QueueResizingEsThreadPoolExecutor exception

At some point during 35k endurance load test of my java web app which fetches static data from Elasticsearch, I am start getting following elasticsearch exception:

Caused by: org.elasticsearch.common.util.concurrent.EsRejectedExecutionException: rejected execution of org.elasticsearch.common.util.concurrent.TimedRunnable@1a25fe82 on QueueResizingEsThreadPoolExecutor[name = search4/search, queue capacity = 1000, min queue capacity = 1000, max queue capacity = 1000, frame size = 2000, targeted response rate = 1s, task execution EWMA = 10.7ms, adjustment amount = 50, org.elasticsearch.common.util.concurrent.QueueResizingEsThreadPoolExecutor@6312a0bb[Running, pool size = 25, active threads = 25, queued tasks = 1000, completed tasks = 34575035]]

Elasticsearch details :

Elasticsearch version 6.2.4 .

The cluster consists of 5 nodes. The JVM heap size setting for each node is Xms16g and Xmx16g . Each of the node machine has 16 processors.

NOTE : Initially, when I got this exception for the first time, I decided to increase the thread_pool.search.queue_size parameter in elasticsearch.yml , set it to 10000 . Yes, I understand, I just postponed the problem to happen later.

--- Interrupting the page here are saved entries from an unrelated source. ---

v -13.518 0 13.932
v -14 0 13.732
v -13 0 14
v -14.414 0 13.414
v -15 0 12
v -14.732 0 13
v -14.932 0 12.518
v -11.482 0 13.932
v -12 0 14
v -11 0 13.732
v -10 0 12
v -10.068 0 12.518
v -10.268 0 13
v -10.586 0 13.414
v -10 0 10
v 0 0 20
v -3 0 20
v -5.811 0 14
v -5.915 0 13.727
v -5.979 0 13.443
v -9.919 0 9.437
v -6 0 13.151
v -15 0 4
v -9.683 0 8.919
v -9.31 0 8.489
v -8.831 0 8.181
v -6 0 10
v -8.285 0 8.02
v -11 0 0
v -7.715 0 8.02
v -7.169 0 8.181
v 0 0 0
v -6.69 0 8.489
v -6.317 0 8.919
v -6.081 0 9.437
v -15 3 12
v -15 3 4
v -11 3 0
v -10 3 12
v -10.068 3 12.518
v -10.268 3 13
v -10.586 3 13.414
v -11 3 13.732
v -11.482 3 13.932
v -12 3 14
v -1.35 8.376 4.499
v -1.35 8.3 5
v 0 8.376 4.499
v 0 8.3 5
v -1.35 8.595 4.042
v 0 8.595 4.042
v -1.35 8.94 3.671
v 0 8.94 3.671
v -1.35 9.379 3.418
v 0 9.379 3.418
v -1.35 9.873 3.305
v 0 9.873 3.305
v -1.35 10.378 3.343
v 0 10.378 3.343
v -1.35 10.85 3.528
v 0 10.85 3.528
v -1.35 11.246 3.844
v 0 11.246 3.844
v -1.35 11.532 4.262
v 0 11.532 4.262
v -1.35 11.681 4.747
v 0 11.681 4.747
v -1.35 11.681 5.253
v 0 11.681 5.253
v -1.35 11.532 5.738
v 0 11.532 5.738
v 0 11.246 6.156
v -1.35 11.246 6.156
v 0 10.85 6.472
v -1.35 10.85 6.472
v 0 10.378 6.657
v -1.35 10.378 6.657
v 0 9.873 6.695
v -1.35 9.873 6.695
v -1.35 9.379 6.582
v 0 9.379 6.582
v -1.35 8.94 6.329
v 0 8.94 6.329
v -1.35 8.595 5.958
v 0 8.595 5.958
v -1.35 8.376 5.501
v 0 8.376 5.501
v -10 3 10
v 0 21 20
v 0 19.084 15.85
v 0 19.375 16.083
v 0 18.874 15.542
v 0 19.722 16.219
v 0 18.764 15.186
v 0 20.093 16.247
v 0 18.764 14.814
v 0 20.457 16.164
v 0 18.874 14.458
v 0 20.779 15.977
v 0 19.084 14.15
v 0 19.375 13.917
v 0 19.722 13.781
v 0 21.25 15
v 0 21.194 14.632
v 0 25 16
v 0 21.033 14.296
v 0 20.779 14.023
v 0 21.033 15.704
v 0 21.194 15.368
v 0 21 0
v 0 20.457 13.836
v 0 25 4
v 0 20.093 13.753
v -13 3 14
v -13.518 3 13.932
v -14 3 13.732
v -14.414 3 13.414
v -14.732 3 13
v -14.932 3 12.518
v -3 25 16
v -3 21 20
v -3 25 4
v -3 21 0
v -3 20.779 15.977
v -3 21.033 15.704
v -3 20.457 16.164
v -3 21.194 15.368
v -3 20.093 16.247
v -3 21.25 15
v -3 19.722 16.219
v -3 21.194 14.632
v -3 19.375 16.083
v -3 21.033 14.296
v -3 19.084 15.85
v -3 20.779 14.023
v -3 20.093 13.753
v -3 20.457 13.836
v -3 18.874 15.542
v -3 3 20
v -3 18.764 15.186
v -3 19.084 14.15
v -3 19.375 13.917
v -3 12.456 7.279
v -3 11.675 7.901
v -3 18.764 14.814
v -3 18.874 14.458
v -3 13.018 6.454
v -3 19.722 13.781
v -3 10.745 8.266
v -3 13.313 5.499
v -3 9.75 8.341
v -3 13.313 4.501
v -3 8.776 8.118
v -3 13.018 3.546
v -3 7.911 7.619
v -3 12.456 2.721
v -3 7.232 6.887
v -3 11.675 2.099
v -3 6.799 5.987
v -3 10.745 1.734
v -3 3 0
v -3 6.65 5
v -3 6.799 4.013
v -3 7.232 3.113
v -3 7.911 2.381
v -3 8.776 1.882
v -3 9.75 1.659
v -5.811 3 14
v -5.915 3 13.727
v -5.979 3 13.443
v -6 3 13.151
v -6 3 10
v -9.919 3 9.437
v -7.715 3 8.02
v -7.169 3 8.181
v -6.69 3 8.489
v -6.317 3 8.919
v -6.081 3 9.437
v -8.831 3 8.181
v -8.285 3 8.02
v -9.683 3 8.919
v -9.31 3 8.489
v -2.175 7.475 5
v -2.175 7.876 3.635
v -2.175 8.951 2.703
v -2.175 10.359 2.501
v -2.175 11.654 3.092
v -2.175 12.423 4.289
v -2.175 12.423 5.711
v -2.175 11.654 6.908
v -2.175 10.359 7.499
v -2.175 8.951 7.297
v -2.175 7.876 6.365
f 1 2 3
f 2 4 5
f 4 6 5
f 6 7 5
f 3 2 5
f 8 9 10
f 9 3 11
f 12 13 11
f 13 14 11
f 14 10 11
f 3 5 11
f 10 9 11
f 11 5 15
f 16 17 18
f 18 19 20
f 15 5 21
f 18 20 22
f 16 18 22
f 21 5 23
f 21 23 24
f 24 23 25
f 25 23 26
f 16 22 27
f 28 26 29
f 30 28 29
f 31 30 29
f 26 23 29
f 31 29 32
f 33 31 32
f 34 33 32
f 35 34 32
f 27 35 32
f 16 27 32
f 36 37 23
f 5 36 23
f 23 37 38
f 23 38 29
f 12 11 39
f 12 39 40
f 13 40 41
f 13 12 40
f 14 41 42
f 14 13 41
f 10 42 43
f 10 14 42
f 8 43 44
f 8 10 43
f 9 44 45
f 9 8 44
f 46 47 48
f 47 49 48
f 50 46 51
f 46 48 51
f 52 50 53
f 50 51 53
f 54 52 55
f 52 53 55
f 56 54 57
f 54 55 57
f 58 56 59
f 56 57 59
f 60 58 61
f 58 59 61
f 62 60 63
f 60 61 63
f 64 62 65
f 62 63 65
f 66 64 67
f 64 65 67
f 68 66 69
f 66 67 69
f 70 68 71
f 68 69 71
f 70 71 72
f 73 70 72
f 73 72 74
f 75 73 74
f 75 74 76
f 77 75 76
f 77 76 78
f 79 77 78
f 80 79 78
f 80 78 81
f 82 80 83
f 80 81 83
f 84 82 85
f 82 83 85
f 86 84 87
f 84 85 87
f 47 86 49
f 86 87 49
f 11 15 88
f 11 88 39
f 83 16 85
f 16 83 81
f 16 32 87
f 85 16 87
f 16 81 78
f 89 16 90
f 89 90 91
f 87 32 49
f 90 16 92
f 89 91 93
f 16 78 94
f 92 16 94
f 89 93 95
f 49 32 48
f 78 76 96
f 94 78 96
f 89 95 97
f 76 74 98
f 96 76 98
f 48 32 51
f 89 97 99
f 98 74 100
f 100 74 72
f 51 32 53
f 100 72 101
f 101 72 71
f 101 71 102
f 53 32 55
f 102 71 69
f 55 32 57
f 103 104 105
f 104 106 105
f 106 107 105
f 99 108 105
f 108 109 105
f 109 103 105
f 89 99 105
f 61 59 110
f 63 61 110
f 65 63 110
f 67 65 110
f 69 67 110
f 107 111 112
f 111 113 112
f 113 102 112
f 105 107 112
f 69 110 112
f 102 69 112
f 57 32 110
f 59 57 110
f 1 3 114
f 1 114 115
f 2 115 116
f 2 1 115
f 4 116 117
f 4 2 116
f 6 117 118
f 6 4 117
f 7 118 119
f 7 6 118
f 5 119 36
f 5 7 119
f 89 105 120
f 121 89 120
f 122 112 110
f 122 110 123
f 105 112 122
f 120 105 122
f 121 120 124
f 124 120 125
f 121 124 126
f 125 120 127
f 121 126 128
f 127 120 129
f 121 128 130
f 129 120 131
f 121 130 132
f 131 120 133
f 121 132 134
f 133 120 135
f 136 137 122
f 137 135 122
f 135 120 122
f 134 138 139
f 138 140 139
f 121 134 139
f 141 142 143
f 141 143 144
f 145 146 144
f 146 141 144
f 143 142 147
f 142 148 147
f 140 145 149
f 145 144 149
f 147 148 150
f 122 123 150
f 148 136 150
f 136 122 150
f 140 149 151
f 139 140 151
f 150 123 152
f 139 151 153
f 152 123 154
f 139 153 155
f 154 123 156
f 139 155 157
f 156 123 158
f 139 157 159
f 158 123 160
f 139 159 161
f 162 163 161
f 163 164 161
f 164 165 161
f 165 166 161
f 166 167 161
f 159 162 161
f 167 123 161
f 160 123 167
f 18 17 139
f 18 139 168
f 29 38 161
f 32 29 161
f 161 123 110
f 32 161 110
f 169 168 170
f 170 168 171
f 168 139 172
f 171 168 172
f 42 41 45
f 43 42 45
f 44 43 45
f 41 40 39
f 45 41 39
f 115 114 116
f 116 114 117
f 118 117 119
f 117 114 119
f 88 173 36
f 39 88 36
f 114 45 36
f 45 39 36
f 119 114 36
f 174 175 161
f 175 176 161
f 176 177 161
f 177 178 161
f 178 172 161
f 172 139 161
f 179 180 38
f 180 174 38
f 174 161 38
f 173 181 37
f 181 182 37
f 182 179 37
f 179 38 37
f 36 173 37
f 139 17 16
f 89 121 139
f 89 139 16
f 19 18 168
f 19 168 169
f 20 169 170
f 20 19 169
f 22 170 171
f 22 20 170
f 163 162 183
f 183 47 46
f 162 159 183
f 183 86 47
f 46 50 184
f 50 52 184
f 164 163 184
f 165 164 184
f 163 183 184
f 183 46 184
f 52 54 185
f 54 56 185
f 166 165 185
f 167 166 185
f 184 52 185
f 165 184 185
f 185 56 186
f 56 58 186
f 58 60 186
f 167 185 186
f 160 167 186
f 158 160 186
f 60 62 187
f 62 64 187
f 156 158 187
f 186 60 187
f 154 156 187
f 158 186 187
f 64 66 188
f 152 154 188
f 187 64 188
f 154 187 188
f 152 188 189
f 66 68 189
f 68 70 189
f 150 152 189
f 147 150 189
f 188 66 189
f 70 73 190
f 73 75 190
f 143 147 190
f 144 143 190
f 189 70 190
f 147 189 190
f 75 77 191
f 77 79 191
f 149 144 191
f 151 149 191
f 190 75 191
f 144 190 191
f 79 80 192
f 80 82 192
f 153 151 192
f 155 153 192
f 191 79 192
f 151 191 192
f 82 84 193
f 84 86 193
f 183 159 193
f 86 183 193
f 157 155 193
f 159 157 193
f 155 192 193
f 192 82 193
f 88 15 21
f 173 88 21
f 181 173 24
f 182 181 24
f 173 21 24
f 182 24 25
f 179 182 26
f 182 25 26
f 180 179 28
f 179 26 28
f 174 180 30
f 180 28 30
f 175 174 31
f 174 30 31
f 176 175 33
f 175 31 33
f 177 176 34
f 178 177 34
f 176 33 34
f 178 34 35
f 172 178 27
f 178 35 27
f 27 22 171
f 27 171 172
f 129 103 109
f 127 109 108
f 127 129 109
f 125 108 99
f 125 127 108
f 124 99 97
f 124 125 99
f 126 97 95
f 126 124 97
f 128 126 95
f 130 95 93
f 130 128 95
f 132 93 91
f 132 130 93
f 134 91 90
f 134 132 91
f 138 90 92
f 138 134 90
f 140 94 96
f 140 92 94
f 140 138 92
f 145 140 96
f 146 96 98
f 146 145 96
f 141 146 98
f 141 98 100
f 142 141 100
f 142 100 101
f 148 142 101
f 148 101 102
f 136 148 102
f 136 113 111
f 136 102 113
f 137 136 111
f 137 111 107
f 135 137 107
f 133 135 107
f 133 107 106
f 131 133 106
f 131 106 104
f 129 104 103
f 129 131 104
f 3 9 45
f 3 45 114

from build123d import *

# Parameters (mm, degrees)
PAD_DEPTH        = 20
POCKET_DEPTH     = 25.001
HOLE_D           = 3.4
HOLE_DEPTH       = 25
HOLE_CSINK_D     = 6.7
HOLE_CSINK_ANGLE = 90
SKETCH029_R      = 1.25
HOLE002_DEPTH    = 3.001
CHAMFER003_SIZE  = 4


with BuildPart() as part:
    # Sketch → Pad (new body)
    with BuildSketch(Plane.XY):
        Polygon((0, 0), (0, 25), (-3, 25), (-3, 3), (-15, 3), (-15, 0), align=None)
    extrude(amount=PAD_DEPTH)

    # Sketch027 → Pocket (cut, through all)
    with BuildSketch(Plane.XZ):
        with BuildLine():
            Line((-3, 20), (-5.811082, 14))
            ThreePointArc((-5.811082, 14), (-5.952199, 13.58613), (-6, 13.151483))
            Line((-6, 13.151483), (-6, 10))
            ThreePointArc((-10, 10), (-8, 8), (-6, 10))
            Line((-10, 10), (-10, 12))
            ThreePointArc((-10, 12), (-10.585786, 13.414214), (-12, 14))
            Line((-12, 14), (-13, 14))
            ThreePointArc((-13, 14), (-14.414214, 13.414214), (-15, 12))
            Line((-15, 12), (-15, 20))
            Line((-15, 20), (-3, 20))
        make_face()
    extrude(amount=-POCKET_DEPTH, mode=Mode.SUBTRACT)

    # Hole
    with Locations(Plane(origin=(-3, 0, 0), x_dir=(0, 1, 0), z_dir=(-1, 0, 0))):
        with Locations((10, -5)):
            CounterSinkHole(HOLE_D / 2, HOLE_CSINK_D / 2, depth=HOLE_DEPTH, counter_sink_angle=HOLE_CSINK_ANGLE)

    # Sketch029 → Hole002 (cut, through all)
    with BuildSketch(Plane.YZ.offset(-3)):
        with Locations((20, 15)):
            Circle(SKETCH029_R)
    extrude(amount=HOLE002_DEPTH, mode=Mode.SUBTRACT)

    # Chamfer003
    chamfer003_edges = [part.edges().sort_by_distance(p)[0] for p in [
        (-15, 1.5, 0),
        (-1.5, 25, 0),
        (-1.5, 25, 20),
    ]]
    chamfer(chamfer003_edges, length=CHAMFER003_SIZE)


solid = part.part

Elasticsearch indicies details: Currently, there are about 20 indicies, and only 6 are being used among of them. The unused one are old indicies that were not deleted after newer were created. The indexes itself are really small:

Index within the red rectangle is the index used by my web app. It's shards and replicas settings are "number_of_shards": "5" and "number_of_replicas": "2" respectively. It's shards details:

In this article I found that

Small shards result in small segments, which increases overhead. Aim to keep the average shard size between at least a few GB and a few tens of GB. For use-cases with time-based data, it is common to see shards between 20GB and 40GB in size.

As you can see from the screenshot above, my shard size is much less than mentioned size. Hence, Q: what is the right number of shards in my case? Is it 1 or 2 ? The index won't grow up much over the time.

ES Queries issued during the test. The load tests simulates scenario where user navigates to the page for searching some products. User can filter the products using corresponding filters (for e.g. name, city, etc...). The unique filter values is fetched from ES index using composite query. So this is the first query type. Another query is for fetching products from ES. It consists of must , must_not , filter , has_child queries, the size attribute equals 100.

I set the slow search logging, but nothing had been logged:

"index": {
                "search": {
                    "slowlog": {
                        "level": "info",
                        "threshold": {
                            "fetch": {
                                "debug": "500ms",
                                "info": "500ms"
                            },
                            "query": {
                                "debug": "2s",
                                "info": "1s"
                            }
                        }
                    }
                } 

I feel like I am missing something simple to make it finally work properly and being able to handle my load. Appreciate, if any one can help me with solving the issue.